Corrupção: Operação prende ex-servidores da Câmara de Santa Luzia por supostas fraudes em licitações
Nesta terça-feira, 21 de julho de 2026, dois indivíduos que atuaram como funcionários da Câmara Municipal de Santa Luzia, na Região Metropolitana de Belo Horizonte, foram detidos. A ação é resultado de uma operação conjunta do Ministério Público de Minas Gerais (MPMG) e da Polícia Civil, que investiga suspeitas de fraudes em processos licitatórios e contratos públicos.
Além das prisões, a Justiça determinou a apreensão de bens e o bloqueio judicial de valores dos envolvidos. A investigação que culminou nas detenções já havia registrado a execução de diversos mandados de busca e apreensão no ano anterior, indicando a profundidade do trabalho das autoridades na apuração dos fatos.
Conforme apurado pelo MPMG, há fortes indícios de que contratos públicos da Câmara Municipal foram firmados por meio de negociações ilícitas de propina, sem a devida realização de licitações. O promotor de Justiça Evandro Ventura da Silva ressaltou a abrangência do esquema: "Essas empresas já eram escolhidas antes, já se negociava com essas empresas o pagamento de propina. Nós tivemos serviços de pintura, de pedreiro, de engenharia, até mesmo compra de produtos, de material de informática e também material de escritório. Em todos aqueles contratos em que se vislumbrava a possibilidade de pagamento de propina, o esquema entrava". A operação se concentra exclusivamente nos contratos do Legislativo municipal, apesar de uma das buscas ter ocorrido na Prefeitura de Santa Luzia.

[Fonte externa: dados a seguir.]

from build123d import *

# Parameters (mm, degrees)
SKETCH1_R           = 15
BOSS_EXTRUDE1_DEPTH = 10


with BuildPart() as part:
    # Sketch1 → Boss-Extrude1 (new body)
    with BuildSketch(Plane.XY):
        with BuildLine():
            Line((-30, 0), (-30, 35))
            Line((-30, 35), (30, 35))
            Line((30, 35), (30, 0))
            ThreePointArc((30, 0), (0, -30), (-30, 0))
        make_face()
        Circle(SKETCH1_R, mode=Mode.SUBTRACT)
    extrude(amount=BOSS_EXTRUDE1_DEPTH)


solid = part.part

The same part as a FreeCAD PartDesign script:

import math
import FreeCAD as App
import Part
import Sketcher

doc = App.newDocument("Part")
body = doc.addObject("PartDesign::Body", "Body")

# Sketch on XY plane
sketch1 = body.newObject("Sketcher::SketchObject", "Sketch")
sketch1.AttachmentSupport = (doc.getObject("XY_Plane"), [""])
sketch1.MapMode = "FlatFace"
sketch1.addGeometry([
    Part.LineSegment(App.Vector(-30, 35, 0), App.Vector(-30, 0, 0)),  # 0
    Part.ArcOfCircle(Part.Circle(App.Vector(0, 0, 0), App.Vector(0, 0, 1), 30), math.radians(180), math.radians(360)),  # 1
    Part.LineSegment(App.Vector(30, 0, 0), App.Vector(30, 35, 0)),  # 2
    Part.LineSegment(App.Vector(30, 35, 0), App.Vector(-30, 35, 0)),  # 3
    Part.Circle(App.Vector(0, 0, 0), App.Vector(0, 0, 1), 15),  # 4
], False)
sketch1.addConstraint([
    Sketcher.Constraint("Tangent", 0, 2, 1, 1),
    Sketcher.Constraint("Tangent", 1, 2, 2, 1),
    Sketcher.Constraint("Coincident", 2, 2, 3, 1),
    Sketcher.Constraint("Coincident", 3, 2, 0, 1),
    Sketcher.Constraint("Vertical", 0),
    Sketcher.Constraint("Vertical", 2),
    Sketcher.Constraint("Horizontal", 3),
    Sketcher.Constraint("Coincident", 1, 3, -1, 1),
    Sketcher.Constraint("Coincident", 4, 3, -1, 1),
    Sketcher.Constraint("Diameter", 4, 30.0),
    Sketcher.Constraint("Radius", 1, 30.0),
    Sketcher.Constraint("DistanceY", 0, 2, 0, 1, 35.0),
])
pad1 = body.newObject("PartDesign::Pad", "Pad")
pad1.Profile = sketch1
pad1.Length = 10

doc.recompute()
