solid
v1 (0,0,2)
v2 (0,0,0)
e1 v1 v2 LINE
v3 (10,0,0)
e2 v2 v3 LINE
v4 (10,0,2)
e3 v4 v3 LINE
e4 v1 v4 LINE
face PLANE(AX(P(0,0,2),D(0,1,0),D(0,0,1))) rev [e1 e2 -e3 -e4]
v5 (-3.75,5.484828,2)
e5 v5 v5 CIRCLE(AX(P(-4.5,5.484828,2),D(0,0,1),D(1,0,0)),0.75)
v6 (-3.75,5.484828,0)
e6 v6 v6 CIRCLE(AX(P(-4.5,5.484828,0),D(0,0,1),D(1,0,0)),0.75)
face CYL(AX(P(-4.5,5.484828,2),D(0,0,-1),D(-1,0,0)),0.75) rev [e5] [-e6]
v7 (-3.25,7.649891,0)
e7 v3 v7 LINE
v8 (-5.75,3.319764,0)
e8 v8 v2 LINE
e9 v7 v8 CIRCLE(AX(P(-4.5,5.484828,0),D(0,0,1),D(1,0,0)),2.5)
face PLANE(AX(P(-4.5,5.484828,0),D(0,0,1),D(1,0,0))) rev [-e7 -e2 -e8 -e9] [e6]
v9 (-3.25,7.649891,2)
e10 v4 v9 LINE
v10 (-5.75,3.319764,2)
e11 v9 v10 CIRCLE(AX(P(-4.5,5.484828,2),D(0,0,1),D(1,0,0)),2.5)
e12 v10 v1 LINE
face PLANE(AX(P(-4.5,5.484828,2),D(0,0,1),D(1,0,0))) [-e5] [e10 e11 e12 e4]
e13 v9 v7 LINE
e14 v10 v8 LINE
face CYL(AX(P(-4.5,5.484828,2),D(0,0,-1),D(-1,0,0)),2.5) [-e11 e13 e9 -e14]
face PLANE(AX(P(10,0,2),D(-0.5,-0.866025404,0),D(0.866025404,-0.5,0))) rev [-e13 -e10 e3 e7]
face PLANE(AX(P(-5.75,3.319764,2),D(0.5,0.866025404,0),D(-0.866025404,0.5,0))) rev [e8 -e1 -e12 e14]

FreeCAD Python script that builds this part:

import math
import FreeCAD as App
import Part
import Sketcher
from FreeCAD import Vector

doc = App.newDocument("Part")
body = doc.addObject("PartDesign::Body", "Body")

# Sketch on XY plane
sketch1 = body.newObject("Sketcher::SketchObject", "Sketch")
sketch1.AttachmentSupport = (doc.getObject("XY_Plane"), [""])
sketch1.MapMode = "FlatFace"
sketch1.addGeometry(Part.LineSegment(Vector(0, 0, 0), Vector(10, 0, 0)), False)
sketch1.addGeometry(Part.LineSegment(Vector(10, 0, 0), Vector(-3.2, 7.6, 0)), False)
sketch1.addGeometry(Part.ArcOfCircle(Part.Circle(Vector(-4.5, 5.5, 0), Vector(0, 0, 1), 2.5), math.radians(60), math.radians(240)), False)
sketch1.addGeometry(Part.LineSegment(Vector(-5.8, 3.3, 0), Vector(0, 0, 0)), False)
sketch1.addGeometry(Part.Circle(Vector(-4.5, 5.5, 0), Vector(0, 0, 1), 0.8), False)
sketch1.addConstraint(Sketcher.Constraint("Coincident", 0, 2, 1, 1))
sketch1.addConstraint(Sketcher.Constraint("Tangent", 1, 2, 2, 1))
sketch1.addConstraint(Sketcher.Constraint("Tangent", 2, 2, 3, 1))
sketch1.addConstraint(Sketcher.Constraint("Coincident", 3, 2, 0, 1))
sketch1.addConstraint(Sketcher.Constraint("Horizontal", 0))
sketch1.addConstraint(Sketcher.Constraint("Coincident", 3, 2, -1, 1))
sketch1.addConstraint(Sketcher.Constraint("Coincident", 4, 3, 2, 3))
sketch1.addConstraint(Sketcher.Constraint("Parallel", 1, 3))
sketch1.addConstraint(Sketcher.Constraint("Diameter", 4, 1.5))
sketch1.addConstraint(Sketcher.Constraint("Radius", 2, 2.5))
sketch1.addConstraint(Sketcher.Constraint("DistanceX", 0, 1, 0, 2, 10.0))
sketch1.addConstraint(Sketcher.Constraint("DistanceX", 2, 3, -1, 1, 4.5))
pad1 = body.newObject("PartDesign::Pad", "Pad")
pad1.Profile = sketch1
pad1.Length = 2

doc.recompute()
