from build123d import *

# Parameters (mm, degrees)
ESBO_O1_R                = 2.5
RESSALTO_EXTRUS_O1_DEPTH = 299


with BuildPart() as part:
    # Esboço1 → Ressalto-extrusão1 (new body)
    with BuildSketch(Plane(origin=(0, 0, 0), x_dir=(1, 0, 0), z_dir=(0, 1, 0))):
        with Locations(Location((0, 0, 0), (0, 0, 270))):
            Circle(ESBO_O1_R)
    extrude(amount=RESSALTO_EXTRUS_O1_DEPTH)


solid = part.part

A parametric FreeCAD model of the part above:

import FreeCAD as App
import Part
import Sketcher
Q = App.Units.Quantity

doc = App.newDocument("Part")
body = doc.addObject("PartDesign::Body", "Body")

sketch1 = body.newObject("Sketcher::SketchObject", "Sketch")
sketch1.AttachmentSupport = (doc.getObject("XZ_Plane"), [""])
sketch1.MapMode = "FlatFace"
sketch1.addGeometry(Part.Circle(App.Vector(0, 0, 0), App.Vector(0, 0, 1), 2.5), False)
sketch1.addConstraint([
    Sketcher.Constraint("Coincident", 0, 3, -1, 1),
    Sketcher.Constraint("Diameter", 0, Q("5 mm")),
])
pad1 = body.newObject("PartDesign::Pad", "Pad")
pad1.Profile = sketch1
pad1.Length = 299
pad1.Reversed = True

doc.recompute()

Os dois indivíduos, um homem e uma mulher, são alvo de acusações de fraude em licitação, corrupção ativa, corrupção passiva e associação criminosa. Segundo o promotor, eles são vistos como os principais responsáveis por toda a articulação e gestão do esquema, desde a seleção das empresas vencedoras das licitações até a negociação dos valores de propina envolvidos. Durante a operação desta terça-feira, foram apreendidos dois veículos e uma série de documentos em residências, empresas ligadas aos investigados e, inclusive, na Prefeitura de Santa Luzia, onde um dos presos atualmente exerce o cargo de secretário.
O Portal Minas tentou contato com a Câmara Municipal de Santa Luzia para obter um posicionamento sobre o caso, mas não houve retorno até a última atualização desta reportagem. Em nota, a Prefeitura de Santa Luzia informou que "não se manifesta sobre informações de caráter pessoal envolvendo seus servidores" e que os "fatos apurados na operação referem-se a circunstâncias alheias à atuação dos citados como servidores na atual Administração Municipal".